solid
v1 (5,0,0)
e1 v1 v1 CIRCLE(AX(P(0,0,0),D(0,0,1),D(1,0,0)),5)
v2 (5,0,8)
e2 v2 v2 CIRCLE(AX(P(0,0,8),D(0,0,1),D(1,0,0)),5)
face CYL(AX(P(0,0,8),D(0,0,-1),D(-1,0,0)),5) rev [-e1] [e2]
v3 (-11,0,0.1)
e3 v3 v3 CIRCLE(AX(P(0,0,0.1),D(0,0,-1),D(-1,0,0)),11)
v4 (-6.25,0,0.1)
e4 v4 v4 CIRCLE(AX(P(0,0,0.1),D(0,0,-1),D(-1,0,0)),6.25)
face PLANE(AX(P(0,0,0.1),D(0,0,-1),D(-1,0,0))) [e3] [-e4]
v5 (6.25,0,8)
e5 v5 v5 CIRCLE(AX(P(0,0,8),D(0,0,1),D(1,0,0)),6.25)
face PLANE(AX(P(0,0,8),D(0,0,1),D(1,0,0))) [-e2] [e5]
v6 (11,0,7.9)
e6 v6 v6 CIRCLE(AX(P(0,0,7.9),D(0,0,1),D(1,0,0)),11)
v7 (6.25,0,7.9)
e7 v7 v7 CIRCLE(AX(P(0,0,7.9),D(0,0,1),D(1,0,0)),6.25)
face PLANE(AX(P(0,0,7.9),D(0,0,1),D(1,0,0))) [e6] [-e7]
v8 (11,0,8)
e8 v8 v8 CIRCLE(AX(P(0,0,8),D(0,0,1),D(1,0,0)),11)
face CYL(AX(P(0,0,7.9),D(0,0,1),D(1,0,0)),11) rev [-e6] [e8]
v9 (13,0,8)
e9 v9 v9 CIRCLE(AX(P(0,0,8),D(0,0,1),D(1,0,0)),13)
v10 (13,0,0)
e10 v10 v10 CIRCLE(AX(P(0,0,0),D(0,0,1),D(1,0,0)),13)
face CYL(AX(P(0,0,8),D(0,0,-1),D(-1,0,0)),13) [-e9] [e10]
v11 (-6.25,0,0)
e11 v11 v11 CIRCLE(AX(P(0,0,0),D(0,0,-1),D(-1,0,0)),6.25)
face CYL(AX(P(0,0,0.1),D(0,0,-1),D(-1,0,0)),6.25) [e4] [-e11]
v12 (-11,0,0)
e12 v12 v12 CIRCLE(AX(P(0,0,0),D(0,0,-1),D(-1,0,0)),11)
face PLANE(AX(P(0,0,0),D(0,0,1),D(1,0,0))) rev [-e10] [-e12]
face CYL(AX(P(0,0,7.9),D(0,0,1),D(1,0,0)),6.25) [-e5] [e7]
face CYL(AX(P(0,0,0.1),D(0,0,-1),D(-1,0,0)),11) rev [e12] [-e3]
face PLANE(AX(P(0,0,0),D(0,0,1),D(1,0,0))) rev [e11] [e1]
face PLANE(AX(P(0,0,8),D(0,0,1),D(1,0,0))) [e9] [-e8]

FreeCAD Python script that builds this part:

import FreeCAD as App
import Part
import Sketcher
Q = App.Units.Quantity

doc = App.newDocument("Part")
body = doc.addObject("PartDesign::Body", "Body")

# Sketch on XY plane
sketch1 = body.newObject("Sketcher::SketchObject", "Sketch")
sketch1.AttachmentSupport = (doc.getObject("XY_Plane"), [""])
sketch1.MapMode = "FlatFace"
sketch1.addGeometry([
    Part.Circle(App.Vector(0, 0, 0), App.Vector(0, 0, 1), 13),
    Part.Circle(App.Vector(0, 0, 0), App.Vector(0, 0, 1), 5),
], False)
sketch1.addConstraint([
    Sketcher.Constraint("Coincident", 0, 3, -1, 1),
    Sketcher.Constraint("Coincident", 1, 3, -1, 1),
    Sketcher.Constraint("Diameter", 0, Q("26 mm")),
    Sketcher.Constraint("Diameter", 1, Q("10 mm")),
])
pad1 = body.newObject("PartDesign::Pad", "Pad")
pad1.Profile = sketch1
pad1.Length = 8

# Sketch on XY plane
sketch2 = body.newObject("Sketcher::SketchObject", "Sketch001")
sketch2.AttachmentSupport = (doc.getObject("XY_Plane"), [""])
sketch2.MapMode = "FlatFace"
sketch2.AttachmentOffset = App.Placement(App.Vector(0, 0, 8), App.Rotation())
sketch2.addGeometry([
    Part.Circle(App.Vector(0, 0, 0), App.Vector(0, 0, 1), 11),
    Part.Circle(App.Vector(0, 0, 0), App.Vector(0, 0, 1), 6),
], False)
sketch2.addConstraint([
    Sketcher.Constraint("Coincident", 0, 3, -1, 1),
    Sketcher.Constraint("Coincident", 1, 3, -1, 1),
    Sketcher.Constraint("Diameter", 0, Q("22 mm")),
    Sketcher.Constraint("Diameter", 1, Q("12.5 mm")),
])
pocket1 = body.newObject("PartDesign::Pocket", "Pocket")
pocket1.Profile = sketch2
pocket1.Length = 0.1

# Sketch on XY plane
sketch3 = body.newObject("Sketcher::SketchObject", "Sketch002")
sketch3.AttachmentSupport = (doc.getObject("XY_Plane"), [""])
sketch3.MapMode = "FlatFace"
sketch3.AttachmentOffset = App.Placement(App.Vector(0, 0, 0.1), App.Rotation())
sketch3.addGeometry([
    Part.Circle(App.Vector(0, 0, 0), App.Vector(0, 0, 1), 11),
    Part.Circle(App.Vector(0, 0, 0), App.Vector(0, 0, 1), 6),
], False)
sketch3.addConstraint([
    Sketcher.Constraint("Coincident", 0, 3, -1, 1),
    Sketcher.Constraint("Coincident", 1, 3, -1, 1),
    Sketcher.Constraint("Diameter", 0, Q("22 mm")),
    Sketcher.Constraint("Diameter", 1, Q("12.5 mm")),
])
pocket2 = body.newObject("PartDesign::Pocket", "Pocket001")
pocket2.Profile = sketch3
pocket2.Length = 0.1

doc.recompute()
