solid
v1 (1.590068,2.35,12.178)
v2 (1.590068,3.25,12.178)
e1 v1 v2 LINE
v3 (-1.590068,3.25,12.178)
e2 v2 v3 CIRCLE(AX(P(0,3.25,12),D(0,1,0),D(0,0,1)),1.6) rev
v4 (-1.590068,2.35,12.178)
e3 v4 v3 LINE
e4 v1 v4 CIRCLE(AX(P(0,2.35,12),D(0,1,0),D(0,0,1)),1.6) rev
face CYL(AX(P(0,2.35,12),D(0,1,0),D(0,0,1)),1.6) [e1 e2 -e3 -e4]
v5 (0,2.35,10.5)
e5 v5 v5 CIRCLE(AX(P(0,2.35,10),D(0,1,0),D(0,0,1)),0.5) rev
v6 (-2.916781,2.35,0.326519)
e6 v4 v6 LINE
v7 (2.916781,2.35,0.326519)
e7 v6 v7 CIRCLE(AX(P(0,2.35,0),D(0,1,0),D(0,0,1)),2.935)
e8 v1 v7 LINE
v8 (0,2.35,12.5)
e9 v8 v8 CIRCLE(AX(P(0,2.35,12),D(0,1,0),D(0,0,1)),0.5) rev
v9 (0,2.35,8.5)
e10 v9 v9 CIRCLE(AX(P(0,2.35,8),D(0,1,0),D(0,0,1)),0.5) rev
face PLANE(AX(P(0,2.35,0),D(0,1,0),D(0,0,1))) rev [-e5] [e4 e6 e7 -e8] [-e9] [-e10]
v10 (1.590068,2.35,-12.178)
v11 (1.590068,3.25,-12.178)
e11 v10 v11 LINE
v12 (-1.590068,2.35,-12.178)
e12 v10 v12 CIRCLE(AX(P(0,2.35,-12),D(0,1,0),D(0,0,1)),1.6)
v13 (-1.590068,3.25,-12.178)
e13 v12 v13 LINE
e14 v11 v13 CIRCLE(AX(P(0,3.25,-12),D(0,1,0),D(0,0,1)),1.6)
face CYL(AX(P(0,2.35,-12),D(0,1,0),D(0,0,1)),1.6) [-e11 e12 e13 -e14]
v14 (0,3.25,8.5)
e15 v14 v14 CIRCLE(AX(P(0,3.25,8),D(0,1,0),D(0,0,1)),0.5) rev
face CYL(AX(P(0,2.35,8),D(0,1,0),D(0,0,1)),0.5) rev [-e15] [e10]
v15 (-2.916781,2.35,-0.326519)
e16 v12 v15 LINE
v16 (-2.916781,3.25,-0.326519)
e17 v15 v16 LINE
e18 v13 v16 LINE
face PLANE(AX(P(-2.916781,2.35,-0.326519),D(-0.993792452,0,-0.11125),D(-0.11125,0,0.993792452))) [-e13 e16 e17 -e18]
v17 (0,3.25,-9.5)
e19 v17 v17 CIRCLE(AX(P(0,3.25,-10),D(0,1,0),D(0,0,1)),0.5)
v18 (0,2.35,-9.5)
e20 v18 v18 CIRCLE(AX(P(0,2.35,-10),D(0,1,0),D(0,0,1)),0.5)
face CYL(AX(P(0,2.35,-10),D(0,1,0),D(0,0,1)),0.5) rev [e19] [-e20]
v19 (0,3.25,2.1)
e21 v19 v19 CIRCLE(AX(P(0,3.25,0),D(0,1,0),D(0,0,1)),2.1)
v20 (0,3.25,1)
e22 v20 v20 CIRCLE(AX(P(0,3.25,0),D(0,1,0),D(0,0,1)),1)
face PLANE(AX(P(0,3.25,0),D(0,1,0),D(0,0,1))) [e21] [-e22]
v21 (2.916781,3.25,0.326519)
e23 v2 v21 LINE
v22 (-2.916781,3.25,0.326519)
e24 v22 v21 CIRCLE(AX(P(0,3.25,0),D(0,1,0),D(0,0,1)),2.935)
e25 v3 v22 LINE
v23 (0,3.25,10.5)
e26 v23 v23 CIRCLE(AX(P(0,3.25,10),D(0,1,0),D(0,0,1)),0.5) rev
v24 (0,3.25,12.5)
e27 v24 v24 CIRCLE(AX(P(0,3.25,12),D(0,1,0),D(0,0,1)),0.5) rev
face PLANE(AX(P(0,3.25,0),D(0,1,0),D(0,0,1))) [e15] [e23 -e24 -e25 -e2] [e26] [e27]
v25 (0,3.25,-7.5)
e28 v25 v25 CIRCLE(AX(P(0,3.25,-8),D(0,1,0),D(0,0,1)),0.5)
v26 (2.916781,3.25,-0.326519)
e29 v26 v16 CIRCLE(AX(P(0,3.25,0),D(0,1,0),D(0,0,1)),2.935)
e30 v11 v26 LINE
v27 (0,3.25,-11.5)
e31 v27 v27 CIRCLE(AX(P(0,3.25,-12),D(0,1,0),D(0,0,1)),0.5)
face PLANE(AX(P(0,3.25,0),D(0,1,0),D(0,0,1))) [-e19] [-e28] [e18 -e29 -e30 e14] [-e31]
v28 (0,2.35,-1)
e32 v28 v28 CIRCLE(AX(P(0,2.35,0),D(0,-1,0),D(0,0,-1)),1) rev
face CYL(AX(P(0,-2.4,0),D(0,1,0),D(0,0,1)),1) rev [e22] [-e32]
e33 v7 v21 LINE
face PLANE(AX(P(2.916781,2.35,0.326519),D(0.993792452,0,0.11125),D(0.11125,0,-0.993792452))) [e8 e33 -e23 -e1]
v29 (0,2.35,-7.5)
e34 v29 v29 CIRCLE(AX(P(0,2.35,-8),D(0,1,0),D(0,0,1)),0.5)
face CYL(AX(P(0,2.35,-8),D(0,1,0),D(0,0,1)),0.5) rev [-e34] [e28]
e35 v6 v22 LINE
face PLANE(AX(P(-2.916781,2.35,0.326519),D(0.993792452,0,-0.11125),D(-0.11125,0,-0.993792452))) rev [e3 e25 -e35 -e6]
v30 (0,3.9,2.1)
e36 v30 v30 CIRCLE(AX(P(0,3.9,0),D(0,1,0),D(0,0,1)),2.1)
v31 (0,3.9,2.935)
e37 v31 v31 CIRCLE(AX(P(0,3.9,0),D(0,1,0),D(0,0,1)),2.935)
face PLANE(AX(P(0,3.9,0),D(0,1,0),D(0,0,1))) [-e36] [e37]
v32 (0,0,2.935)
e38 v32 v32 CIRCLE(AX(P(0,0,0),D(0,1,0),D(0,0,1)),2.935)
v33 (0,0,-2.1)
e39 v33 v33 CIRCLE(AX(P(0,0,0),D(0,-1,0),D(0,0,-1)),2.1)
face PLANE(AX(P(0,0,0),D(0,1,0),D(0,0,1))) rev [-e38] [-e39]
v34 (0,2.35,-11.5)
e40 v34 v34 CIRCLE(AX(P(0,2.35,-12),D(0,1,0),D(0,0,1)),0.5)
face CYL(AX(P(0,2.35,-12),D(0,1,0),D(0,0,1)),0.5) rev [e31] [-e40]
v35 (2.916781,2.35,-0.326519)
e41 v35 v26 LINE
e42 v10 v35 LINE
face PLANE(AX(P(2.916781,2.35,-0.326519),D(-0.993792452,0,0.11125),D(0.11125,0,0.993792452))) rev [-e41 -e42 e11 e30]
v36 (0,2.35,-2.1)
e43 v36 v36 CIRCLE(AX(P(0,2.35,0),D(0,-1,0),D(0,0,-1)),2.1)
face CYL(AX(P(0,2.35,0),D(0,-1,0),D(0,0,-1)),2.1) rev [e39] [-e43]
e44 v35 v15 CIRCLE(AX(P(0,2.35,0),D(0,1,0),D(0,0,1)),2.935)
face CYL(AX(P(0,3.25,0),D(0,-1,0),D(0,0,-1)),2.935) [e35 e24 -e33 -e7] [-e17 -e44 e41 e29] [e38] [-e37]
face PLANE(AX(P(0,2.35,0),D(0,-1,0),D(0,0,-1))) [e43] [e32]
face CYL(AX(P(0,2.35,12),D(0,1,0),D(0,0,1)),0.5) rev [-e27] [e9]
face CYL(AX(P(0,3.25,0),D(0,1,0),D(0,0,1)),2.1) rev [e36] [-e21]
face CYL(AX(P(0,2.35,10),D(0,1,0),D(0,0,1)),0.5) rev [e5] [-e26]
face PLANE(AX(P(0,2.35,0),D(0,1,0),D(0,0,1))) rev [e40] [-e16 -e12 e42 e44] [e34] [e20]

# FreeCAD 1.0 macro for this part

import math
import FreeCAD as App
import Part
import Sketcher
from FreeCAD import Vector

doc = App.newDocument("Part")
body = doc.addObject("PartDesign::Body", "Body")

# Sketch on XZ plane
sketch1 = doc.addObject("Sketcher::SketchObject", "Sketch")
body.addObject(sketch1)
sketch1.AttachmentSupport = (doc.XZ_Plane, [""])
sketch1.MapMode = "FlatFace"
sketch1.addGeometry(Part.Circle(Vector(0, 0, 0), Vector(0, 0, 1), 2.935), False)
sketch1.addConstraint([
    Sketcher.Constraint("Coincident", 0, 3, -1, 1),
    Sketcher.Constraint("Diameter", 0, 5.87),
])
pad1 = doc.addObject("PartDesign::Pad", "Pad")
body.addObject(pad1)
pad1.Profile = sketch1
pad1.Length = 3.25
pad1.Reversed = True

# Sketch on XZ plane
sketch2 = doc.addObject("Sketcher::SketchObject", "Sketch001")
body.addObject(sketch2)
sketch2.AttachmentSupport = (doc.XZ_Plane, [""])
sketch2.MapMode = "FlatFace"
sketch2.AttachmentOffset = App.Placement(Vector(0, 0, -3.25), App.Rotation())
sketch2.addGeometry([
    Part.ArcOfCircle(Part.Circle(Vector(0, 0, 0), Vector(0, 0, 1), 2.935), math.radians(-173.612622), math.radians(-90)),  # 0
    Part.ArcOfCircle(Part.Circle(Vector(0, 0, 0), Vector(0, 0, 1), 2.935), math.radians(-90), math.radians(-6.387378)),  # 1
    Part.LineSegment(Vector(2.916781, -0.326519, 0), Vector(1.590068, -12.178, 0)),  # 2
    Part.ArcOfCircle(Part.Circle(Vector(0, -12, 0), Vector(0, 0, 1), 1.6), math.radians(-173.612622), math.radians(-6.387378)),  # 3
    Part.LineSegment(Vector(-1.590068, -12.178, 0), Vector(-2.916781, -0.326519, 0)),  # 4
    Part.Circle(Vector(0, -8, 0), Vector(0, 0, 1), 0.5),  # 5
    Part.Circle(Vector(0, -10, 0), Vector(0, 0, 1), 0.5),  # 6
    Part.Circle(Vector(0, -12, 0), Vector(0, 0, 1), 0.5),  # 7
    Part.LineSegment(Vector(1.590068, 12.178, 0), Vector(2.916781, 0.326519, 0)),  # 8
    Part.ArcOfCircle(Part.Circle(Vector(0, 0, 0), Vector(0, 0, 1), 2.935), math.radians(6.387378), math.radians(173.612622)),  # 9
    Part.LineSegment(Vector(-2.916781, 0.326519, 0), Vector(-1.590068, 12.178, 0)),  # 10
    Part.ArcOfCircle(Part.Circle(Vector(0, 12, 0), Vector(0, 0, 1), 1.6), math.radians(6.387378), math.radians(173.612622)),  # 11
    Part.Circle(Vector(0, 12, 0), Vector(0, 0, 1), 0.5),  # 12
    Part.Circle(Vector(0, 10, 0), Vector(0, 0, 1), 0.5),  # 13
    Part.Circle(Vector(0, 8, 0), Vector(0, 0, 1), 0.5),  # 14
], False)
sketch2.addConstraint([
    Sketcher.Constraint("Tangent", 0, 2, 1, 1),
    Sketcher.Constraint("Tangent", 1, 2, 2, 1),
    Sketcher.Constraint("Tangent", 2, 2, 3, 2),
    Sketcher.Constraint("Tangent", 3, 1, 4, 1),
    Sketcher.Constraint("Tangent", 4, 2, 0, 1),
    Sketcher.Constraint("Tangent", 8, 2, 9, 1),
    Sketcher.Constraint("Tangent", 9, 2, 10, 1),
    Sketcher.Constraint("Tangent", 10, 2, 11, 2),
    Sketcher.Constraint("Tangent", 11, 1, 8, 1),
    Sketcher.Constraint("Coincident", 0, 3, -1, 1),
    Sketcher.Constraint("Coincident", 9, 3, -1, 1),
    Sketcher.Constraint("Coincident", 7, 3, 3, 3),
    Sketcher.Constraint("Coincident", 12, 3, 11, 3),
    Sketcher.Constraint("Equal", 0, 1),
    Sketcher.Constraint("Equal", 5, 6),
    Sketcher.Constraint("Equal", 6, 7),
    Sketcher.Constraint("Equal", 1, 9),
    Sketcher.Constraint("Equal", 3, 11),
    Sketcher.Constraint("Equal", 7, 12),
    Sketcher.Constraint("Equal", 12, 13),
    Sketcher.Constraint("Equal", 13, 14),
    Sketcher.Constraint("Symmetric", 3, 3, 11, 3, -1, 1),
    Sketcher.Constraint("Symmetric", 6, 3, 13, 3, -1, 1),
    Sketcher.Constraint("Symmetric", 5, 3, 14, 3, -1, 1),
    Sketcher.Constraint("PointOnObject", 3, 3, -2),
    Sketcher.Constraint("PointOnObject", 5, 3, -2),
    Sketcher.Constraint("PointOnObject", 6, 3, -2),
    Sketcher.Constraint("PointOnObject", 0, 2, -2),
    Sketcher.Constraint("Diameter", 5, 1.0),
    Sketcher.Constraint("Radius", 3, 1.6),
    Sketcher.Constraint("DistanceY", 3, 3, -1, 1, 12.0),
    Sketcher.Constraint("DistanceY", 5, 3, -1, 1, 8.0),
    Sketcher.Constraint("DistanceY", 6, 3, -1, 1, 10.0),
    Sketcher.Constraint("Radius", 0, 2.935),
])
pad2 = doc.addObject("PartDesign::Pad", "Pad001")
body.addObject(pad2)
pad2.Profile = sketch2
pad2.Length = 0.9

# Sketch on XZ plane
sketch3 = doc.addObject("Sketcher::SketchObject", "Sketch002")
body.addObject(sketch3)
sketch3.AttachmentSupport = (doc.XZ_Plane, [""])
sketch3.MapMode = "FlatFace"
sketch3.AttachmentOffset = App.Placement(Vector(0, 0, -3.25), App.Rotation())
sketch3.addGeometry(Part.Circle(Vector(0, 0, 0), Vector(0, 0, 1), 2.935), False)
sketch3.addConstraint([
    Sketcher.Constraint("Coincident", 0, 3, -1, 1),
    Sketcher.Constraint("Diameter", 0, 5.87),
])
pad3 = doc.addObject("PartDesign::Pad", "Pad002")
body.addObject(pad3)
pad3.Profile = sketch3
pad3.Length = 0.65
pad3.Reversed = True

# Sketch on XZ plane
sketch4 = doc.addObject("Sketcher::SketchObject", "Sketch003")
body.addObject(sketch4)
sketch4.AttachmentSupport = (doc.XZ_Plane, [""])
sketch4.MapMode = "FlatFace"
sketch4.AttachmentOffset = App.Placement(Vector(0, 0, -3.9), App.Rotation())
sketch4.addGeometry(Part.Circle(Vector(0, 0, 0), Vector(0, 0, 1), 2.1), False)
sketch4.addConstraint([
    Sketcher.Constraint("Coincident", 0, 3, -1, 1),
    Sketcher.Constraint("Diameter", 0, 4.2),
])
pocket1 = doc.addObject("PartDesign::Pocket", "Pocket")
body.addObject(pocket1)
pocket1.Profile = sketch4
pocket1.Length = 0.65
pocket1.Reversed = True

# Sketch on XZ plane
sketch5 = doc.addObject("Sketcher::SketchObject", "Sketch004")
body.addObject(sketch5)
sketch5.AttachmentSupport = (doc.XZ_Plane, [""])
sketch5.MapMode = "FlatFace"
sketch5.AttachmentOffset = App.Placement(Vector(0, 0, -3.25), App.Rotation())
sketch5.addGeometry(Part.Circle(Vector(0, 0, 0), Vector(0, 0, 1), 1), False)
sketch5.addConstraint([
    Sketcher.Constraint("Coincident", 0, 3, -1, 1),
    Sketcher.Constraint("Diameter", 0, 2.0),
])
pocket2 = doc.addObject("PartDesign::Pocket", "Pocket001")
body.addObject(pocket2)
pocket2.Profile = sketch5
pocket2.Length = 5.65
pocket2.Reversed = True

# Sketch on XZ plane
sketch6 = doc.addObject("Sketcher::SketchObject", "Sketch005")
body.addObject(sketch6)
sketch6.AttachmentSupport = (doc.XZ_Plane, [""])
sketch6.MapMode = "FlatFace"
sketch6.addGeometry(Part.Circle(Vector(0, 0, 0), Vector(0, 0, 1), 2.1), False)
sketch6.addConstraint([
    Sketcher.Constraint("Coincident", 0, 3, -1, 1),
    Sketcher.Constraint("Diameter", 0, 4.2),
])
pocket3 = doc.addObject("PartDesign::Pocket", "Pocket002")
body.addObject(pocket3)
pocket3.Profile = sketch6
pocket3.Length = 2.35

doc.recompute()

____________

== Task to carry out ==
Your answer should consist only of the lines above between the line holding "v2 (1.590068,3.25,12.178)" and the line holding "e14 v11 v13", inclusive, each transcribed exactly.

== Solution ==
v2 (1.590068,3.25,12.178)
e1 v1 v2 LINE
v3 (-1.590068,3.25,12.178)
e2 v2 v3 CIRCLE(AX(P(0,3.25,12),D(0,1,0),D(0,0,1)),1.6) rev
v4 (-1.590068,2.35,12.178)
e3 v4 v3 LINE
e4 v1 v4 CIRCLE(AX(P(0,2.35,12),D(0,1,0),D(0,0,1)),1.6) rev
face CYL(AX(P(0,2.35,12),D(0,1,0),D(0,0,1)),1.6) [e1 e2 -e3 -e4]
v5 (0,2.35,10.5)
e5 v5 v5 CIRCLE(AX(P(0,2.35,10),D(0,1,0),D(0,0,1)),0.5) rev
v6 (-2.916781,2.35,0.326519)
e6 v4 v6 LINE
v7 (2.916781,2.35,0.326519)
e7 v6 v7 CIRCLE(AX(P(0,2.35,0),D(0,1,0),D(0,0,1)),2.935)
e8 v1 v7 LINE
v8 (0,2.35,12.5)
e9 v8 v8 CIRCLE(AX(P(0,2.35,12),D(0,1,0),D(0,0,1)),0.5) rev
v9 (0,2.35,8.5)
e10 v9 v9 CIRCLE(AX(P(0,2.35,8),D(0,1,0),D(0,0,1)),0.5) rev
face PLANE(AX(P(0,2.35,0),D(0,1,0),D(0,0,1))) rev [-e5] [e4 e6 e7 -e8] [-e9] [-e10]
v10 (1.590068,2.35,-12.178)
v11 (1.590068,3.25,-12.178)
e11 v10 v11 LINE
v12 (-1.590068,2.35,-12.178)
e12 v10 v12 CIRCLE(AX(P(0,2.35,-12),D(0,1,0),D(0,0,1)),1.6)
v13 (-1.590068,3.25,-12.178)
e13 v12 v13 LINE
e14 v11 v13 CIRCLE(AX(P(0,3.25,-12),D(0,1,0),D(0,0,1)),1.6)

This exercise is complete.